• [EXERCISE AIM]: Once you find the line containing "v 26.096 28.983 4.732" in the data below, copy it and each following line exactly, up to and including the line containing "v -33.417 -20.107 4.732", and nothing else.

[Dataset entries]

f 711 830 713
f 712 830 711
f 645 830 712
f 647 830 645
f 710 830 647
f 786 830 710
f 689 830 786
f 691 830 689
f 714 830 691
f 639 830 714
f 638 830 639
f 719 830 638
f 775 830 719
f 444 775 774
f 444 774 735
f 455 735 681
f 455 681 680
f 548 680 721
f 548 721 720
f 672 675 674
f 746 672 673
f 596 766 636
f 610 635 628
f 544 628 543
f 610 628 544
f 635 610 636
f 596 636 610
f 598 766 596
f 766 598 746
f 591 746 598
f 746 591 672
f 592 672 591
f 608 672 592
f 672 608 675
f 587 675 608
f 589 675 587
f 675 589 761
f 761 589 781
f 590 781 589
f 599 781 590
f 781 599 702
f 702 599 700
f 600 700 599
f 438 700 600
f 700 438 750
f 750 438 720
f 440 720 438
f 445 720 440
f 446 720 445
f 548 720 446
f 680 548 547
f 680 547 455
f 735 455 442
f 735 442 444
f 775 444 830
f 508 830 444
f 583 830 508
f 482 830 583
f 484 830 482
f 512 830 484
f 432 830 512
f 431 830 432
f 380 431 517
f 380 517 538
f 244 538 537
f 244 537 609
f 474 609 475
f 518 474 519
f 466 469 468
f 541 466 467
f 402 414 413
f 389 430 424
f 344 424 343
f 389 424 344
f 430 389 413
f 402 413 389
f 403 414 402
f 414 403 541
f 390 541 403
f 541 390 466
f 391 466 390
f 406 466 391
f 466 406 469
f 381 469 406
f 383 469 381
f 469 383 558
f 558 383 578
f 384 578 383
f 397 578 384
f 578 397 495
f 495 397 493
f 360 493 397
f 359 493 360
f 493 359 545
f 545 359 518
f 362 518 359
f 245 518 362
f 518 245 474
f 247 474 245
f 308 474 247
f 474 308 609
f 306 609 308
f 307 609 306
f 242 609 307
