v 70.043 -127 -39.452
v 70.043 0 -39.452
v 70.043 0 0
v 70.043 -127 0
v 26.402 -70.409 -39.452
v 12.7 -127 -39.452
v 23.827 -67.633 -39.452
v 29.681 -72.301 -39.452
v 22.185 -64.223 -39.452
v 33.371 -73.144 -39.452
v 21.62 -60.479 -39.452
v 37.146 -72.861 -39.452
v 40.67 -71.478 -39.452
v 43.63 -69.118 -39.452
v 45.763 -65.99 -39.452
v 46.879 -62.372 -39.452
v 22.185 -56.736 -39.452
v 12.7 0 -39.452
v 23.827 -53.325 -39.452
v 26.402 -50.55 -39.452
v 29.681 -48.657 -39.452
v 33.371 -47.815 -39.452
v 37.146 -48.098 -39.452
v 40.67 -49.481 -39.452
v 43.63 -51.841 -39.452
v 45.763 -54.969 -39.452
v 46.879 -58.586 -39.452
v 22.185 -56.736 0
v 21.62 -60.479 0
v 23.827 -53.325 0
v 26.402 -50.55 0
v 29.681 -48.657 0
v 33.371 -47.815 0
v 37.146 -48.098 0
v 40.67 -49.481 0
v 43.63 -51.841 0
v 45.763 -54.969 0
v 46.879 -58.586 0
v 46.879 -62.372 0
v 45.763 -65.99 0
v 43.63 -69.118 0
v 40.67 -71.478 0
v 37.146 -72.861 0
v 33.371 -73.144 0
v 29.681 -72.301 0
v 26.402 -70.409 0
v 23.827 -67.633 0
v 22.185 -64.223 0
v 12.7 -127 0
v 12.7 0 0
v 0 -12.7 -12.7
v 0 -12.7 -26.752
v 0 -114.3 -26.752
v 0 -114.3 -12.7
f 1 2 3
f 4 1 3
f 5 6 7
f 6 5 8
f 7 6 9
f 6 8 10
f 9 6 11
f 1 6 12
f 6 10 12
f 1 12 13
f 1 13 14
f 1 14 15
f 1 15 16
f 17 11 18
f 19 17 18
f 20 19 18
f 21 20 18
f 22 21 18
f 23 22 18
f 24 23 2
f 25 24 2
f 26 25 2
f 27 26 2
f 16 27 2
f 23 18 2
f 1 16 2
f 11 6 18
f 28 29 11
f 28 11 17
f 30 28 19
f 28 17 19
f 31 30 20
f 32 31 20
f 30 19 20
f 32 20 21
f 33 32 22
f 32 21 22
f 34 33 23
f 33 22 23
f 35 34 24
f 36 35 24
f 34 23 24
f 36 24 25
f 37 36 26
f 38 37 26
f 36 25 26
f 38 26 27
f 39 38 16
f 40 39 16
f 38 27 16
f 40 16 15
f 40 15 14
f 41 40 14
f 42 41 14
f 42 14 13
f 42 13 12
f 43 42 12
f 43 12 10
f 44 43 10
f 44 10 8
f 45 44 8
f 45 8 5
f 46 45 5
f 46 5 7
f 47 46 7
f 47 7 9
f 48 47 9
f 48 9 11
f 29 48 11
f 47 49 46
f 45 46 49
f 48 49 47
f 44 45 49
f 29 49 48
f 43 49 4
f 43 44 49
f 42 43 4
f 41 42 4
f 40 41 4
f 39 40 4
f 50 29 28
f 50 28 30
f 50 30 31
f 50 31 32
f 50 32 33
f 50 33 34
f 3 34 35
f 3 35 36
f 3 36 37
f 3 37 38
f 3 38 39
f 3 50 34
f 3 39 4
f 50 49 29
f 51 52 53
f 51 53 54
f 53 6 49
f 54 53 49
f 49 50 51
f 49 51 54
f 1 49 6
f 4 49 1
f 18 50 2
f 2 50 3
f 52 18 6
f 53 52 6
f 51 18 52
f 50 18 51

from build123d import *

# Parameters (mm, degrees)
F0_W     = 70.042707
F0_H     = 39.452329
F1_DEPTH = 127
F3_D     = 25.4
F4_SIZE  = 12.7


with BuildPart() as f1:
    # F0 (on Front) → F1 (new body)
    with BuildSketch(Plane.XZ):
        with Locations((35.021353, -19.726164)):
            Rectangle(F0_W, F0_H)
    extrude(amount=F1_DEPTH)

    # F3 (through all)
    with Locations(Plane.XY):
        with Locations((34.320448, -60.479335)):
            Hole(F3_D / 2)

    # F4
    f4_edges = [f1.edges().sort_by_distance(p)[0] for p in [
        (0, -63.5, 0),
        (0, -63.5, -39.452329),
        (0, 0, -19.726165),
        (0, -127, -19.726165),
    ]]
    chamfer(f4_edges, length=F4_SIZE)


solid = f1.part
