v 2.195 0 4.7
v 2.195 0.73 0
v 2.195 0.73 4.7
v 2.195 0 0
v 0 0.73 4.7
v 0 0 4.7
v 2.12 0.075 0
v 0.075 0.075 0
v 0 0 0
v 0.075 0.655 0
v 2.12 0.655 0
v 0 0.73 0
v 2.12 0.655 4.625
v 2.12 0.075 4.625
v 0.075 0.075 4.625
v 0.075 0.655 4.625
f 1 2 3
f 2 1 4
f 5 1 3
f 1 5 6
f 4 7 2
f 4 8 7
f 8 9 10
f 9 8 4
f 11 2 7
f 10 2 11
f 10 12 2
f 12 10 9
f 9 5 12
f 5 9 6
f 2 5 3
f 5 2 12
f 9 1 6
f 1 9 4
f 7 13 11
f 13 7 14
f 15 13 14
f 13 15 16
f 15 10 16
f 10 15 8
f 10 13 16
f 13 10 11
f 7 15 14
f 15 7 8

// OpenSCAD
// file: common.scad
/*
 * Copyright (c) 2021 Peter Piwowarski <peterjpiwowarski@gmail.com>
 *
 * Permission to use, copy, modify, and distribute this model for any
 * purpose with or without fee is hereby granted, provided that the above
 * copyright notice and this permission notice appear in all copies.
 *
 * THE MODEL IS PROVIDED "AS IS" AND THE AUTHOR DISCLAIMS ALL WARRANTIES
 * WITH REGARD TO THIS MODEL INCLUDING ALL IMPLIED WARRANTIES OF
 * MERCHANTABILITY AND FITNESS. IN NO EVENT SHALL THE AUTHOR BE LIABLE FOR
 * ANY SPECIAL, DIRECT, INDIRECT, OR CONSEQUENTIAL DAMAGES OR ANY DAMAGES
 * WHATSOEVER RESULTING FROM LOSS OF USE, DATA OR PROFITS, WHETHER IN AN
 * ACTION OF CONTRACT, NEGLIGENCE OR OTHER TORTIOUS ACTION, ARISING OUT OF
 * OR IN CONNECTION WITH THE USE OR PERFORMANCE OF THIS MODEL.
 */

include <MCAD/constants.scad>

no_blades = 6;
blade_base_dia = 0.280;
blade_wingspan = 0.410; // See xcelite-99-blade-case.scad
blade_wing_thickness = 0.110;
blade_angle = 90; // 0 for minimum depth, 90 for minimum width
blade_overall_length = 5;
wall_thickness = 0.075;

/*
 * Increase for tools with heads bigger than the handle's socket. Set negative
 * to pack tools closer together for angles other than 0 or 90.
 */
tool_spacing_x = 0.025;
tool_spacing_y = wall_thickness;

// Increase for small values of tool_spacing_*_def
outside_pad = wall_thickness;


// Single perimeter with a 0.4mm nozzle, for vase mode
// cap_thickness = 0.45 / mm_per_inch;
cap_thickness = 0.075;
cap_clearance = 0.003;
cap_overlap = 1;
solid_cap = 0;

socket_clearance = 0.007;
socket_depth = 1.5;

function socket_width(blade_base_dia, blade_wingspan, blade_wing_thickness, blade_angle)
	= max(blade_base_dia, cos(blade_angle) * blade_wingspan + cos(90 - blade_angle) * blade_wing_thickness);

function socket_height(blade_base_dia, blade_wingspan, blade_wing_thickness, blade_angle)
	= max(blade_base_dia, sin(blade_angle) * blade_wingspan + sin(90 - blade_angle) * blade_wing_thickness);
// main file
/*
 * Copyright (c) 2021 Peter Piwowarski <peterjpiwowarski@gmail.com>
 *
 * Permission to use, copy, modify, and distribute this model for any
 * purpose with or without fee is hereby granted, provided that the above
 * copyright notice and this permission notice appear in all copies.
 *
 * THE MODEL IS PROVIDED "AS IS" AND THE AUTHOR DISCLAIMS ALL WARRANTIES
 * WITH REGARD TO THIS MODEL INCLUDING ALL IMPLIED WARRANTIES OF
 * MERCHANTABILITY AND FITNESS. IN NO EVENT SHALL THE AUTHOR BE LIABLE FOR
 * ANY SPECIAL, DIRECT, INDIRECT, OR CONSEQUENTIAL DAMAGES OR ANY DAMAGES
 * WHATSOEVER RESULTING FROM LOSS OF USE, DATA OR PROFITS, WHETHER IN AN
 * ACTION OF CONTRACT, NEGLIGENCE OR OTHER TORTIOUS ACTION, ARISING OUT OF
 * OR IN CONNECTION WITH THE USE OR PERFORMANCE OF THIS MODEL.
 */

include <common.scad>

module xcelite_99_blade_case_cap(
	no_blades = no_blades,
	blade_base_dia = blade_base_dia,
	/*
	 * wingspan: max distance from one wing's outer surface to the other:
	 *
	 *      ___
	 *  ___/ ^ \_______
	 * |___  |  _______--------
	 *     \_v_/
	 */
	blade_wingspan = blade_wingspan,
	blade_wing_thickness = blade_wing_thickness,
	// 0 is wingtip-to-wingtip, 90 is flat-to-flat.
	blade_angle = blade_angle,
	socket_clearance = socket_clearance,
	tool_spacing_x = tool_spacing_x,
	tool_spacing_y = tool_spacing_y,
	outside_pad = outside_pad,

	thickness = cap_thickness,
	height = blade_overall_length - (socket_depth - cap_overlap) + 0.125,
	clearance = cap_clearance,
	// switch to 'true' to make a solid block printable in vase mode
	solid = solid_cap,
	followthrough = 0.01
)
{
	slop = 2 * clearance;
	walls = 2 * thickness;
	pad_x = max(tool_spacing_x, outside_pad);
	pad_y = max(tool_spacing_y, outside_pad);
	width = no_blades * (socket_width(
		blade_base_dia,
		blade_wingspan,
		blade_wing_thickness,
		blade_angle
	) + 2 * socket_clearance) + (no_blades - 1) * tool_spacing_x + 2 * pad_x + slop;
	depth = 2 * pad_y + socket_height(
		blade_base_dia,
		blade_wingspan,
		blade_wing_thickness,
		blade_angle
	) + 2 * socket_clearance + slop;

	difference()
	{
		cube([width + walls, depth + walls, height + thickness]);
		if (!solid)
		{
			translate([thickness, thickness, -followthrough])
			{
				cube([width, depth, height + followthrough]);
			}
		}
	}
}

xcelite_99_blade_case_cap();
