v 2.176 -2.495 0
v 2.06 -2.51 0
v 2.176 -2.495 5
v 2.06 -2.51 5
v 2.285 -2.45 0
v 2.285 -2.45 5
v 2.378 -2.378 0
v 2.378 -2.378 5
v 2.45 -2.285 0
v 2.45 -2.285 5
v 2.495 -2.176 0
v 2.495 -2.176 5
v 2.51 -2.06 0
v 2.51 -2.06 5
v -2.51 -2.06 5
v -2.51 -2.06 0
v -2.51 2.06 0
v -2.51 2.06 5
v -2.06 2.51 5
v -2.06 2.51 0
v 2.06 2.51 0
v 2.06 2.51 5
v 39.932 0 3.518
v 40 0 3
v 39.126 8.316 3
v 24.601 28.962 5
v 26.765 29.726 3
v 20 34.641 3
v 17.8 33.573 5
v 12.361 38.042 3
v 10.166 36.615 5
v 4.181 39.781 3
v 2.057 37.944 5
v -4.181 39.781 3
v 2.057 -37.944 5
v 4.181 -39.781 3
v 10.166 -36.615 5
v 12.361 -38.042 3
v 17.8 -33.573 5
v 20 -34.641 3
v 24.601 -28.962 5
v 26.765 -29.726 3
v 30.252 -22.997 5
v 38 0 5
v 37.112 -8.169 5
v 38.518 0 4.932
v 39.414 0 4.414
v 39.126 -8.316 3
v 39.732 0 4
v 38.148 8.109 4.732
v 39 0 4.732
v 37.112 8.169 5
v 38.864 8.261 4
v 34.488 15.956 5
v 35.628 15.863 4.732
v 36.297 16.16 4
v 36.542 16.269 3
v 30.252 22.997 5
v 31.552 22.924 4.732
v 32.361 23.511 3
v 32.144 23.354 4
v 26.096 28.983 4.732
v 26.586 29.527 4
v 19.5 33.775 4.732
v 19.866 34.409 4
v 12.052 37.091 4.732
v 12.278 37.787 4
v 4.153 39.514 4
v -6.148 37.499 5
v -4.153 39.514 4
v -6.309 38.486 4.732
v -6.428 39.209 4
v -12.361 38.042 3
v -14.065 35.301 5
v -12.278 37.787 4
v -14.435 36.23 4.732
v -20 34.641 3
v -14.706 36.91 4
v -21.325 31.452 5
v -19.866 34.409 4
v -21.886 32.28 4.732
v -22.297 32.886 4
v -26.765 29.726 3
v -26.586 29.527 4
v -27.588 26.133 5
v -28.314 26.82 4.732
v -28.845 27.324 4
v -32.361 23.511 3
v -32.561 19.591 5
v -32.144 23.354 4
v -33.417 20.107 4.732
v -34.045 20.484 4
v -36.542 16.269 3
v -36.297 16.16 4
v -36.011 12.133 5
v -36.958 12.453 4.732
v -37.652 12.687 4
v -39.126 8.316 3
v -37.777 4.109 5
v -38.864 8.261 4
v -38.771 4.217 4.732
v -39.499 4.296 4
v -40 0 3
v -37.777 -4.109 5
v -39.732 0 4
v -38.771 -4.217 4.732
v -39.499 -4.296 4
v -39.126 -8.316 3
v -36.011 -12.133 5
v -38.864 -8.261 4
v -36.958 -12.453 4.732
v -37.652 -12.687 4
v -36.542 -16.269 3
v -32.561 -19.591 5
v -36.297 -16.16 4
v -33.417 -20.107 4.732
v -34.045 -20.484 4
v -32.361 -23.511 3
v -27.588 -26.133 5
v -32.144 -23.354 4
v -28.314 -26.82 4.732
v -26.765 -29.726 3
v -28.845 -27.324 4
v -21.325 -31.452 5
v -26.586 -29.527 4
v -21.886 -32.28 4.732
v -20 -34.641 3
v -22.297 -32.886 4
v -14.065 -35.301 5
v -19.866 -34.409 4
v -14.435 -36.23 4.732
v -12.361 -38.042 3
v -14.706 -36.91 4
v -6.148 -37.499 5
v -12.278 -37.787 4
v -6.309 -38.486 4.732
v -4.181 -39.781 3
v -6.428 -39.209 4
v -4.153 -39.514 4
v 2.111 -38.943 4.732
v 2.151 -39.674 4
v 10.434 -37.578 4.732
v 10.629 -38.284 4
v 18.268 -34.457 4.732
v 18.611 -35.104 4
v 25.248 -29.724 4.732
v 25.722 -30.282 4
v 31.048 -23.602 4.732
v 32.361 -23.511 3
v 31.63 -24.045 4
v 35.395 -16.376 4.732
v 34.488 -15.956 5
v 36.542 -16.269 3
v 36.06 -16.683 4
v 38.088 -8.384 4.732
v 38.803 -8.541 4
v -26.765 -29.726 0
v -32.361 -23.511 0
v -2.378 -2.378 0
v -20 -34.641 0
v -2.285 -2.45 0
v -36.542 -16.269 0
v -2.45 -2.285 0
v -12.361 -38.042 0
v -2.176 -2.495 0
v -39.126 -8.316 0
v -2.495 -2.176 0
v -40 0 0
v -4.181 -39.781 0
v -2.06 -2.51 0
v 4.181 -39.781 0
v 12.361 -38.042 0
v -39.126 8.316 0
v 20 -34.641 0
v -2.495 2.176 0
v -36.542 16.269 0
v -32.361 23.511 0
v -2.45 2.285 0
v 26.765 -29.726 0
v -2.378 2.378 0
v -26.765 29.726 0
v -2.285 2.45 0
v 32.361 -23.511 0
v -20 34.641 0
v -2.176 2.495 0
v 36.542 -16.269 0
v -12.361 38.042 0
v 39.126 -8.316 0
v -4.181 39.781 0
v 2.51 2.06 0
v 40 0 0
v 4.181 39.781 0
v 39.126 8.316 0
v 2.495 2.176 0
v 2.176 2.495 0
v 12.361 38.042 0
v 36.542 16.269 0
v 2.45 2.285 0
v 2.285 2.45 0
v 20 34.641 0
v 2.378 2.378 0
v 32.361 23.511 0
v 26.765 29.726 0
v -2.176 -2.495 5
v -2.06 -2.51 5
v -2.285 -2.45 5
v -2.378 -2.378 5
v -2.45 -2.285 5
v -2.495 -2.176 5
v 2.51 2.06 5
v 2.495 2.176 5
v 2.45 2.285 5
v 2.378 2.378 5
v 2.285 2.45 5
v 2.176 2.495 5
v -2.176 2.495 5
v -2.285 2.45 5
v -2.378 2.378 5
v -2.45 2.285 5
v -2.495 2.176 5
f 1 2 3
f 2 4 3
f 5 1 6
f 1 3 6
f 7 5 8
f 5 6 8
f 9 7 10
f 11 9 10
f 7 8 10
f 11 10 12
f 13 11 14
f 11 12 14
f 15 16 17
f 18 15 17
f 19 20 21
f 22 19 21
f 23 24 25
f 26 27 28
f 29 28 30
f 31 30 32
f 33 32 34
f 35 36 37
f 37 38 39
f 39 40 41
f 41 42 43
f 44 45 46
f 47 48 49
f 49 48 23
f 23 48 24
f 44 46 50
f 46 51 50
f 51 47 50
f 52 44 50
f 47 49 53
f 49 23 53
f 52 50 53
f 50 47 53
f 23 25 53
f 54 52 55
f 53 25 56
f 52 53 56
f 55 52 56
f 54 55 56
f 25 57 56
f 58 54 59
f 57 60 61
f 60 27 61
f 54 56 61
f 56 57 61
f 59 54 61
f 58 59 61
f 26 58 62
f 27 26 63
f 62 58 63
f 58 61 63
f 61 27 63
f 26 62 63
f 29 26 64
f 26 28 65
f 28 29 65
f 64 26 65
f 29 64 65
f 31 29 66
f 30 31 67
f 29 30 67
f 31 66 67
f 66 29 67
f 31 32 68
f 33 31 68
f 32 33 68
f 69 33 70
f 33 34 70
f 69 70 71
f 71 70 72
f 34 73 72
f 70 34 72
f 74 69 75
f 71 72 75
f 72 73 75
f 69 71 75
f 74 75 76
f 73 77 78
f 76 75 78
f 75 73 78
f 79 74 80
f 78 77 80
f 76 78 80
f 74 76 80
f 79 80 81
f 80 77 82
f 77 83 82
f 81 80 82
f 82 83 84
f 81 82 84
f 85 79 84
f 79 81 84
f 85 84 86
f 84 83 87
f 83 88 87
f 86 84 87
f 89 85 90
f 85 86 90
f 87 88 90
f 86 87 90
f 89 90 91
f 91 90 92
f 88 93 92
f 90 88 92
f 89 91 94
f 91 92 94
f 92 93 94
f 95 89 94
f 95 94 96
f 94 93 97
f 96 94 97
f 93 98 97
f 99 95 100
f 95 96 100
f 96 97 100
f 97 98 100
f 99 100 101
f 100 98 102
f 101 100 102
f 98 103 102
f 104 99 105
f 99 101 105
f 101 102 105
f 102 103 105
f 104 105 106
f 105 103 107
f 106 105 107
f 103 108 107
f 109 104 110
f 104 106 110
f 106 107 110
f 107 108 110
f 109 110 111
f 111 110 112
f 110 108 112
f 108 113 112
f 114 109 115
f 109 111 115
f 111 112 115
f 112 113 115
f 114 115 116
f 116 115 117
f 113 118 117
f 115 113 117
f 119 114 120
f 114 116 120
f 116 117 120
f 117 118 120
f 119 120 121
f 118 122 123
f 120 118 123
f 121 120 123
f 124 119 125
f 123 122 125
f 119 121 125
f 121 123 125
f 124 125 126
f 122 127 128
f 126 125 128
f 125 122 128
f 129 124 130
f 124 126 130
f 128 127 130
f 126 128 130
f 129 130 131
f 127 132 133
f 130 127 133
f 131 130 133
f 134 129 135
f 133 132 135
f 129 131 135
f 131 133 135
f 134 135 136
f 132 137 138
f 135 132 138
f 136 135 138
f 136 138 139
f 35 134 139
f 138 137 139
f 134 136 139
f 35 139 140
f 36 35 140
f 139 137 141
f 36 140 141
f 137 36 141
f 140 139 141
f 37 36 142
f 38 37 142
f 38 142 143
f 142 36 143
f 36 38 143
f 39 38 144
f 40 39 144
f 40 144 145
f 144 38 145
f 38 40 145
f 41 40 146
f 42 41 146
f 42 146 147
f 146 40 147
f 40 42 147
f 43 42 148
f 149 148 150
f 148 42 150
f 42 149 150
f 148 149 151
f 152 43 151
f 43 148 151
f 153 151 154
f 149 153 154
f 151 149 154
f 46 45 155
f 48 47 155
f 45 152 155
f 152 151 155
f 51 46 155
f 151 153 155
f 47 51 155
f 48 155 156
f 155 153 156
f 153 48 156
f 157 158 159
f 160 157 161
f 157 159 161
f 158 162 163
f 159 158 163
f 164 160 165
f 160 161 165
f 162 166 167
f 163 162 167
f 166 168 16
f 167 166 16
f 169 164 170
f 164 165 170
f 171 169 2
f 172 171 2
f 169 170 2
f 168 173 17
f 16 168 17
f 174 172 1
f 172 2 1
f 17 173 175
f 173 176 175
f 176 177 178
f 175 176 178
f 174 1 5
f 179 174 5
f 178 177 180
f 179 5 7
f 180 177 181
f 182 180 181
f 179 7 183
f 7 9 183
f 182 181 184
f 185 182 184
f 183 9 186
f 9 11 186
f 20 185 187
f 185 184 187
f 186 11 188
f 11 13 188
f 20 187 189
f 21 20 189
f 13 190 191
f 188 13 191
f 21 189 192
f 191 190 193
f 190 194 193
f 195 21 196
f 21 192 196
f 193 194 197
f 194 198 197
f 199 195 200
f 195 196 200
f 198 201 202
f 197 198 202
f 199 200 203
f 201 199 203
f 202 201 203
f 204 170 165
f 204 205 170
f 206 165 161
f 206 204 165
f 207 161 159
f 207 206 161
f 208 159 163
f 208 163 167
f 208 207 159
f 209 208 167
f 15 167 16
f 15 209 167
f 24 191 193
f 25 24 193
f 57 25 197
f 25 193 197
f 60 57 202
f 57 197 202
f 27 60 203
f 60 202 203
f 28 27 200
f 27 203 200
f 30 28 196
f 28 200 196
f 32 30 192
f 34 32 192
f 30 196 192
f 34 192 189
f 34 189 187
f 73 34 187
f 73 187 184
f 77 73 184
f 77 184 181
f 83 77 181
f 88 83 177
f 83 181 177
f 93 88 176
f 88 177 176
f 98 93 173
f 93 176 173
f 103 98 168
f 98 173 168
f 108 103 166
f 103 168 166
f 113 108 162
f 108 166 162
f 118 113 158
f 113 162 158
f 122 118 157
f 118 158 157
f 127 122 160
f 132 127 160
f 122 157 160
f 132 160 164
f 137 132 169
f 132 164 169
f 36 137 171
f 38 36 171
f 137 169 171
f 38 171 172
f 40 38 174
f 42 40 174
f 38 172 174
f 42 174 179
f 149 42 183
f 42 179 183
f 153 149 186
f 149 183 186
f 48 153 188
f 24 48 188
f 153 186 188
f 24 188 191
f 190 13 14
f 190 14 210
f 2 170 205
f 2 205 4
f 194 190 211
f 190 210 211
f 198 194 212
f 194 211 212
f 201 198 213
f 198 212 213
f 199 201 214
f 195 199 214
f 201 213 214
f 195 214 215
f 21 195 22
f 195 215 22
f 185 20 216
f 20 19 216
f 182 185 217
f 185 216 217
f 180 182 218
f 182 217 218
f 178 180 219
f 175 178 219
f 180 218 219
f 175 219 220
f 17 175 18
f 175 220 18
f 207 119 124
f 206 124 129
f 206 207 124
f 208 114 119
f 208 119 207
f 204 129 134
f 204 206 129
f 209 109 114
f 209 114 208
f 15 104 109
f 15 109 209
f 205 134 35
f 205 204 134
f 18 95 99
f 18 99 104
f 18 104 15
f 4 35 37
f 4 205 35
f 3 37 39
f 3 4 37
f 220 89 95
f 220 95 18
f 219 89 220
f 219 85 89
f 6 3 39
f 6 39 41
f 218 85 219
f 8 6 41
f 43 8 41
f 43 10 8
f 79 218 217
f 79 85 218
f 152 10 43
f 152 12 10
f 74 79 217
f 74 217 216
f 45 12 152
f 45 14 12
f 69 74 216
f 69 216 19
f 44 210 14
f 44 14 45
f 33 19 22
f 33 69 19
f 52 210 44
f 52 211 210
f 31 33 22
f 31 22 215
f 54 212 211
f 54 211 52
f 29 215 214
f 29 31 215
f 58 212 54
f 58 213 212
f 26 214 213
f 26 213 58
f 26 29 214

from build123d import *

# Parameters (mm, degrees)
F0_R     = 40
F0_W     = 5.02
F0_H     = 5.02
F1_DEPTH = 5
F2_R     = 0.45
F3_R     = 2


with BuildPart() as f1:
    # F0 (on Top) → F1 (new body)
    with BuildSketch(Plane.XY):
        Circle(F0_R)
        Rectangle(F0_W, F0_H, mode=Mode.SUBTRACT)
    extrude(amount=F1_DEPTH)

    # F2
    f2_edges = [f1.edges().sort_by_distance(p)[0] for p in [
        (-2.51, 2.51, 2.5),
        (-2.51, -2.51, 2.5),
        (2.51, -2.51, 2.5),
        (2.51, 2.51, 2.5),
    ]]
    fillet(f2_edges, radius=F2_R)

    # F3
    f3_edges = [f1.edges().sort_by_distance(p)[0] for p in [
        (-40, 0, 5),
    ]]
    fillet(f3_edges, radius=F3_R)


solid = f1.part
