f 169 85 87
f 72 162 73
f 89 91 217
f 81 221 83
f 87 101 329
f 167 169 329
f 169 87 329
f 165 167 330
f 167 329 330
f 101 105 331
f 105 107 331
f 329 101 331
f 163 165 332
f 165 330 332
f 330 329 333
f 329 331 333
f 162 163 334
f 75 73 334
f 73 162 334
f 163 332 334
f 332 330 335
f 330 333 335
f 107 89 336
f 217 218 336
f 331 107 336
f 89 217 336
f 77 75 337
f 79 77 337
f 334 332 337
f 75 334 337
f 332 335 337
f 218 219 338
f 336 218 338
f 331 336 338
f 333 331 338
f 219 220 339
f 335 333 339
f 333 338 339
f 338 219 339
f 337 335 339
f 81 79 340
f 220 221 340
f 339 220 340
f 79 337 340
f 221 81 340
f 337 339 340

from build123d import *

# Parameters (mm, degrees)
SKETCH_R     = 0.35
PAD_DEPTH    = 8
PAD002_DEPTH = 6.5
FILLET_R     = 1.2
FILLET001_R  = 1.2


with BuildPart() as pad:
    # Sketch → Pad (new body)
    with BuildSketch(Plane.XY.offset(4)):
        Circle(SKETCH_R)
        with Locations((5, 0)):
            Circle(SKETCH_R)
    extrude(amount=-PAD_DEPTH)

• [ANSWER BOX]:
v 26.096 28.983 4.732
v 26.586 29.527 4
v 19.5 33.775 4.732
v 19.866 34.409 4
v 12.052 37.091 4.732
v 12.278 37.787 4
v 4.153 39.514 4
v -6.148 37.499 5
v -4.153 39.514 4
v -6.309 38.486 4.732
v -6.428 39.209 4
v -12.361 38.042 3
v -14.065 35.301 5
v -12.278 37.787 4
v -14.435 36.23 4.732
v -20 34.641 3
v -14.706 36.91 4
v -21.325 31.452 5
v -19.866 34.409 4
v -21.886 32.28 4.732
v -22.297 32.886 4
v -26.765 29.726 3
v -26.586 29.527 4
v -27.588 26.133 5
v -28.314 26.82 4.732
v -28.845 27.324 4
v -32.361 23.511 3
v -32.561 19.591 5
v -32.144 23.354 4
v -33.417 20.107 4.732
v -34.045 20.484 4
v -36.542 16.269 3
v -36.297 16.16 4
v -36.011 12.133 5
v -36.958 12.453 4.732
v -37.652 12.687 4
v -39.126 8.316 3
v -37.777 4.109 5
v -38.864 8.261 4
v -38.771 4.217 4.732
v -39.499 4.296 4
v -40 0 3
v -37.777 -4.109 5
v -39.732 0 4
v -38.771 -4.217 4.732
v -39.499 -4.296 4
v -39.126 -8.316 3
v -36.011 -12.133 5
v -38.864 -8.261 4
v -36.958 -12.453 4.732
v -37.652 -12.687 4
v -36.542 -16.269 3
v -32.561 -19.591 5
v -36.297 -16.16 4
v -33.417 -20.107 4.732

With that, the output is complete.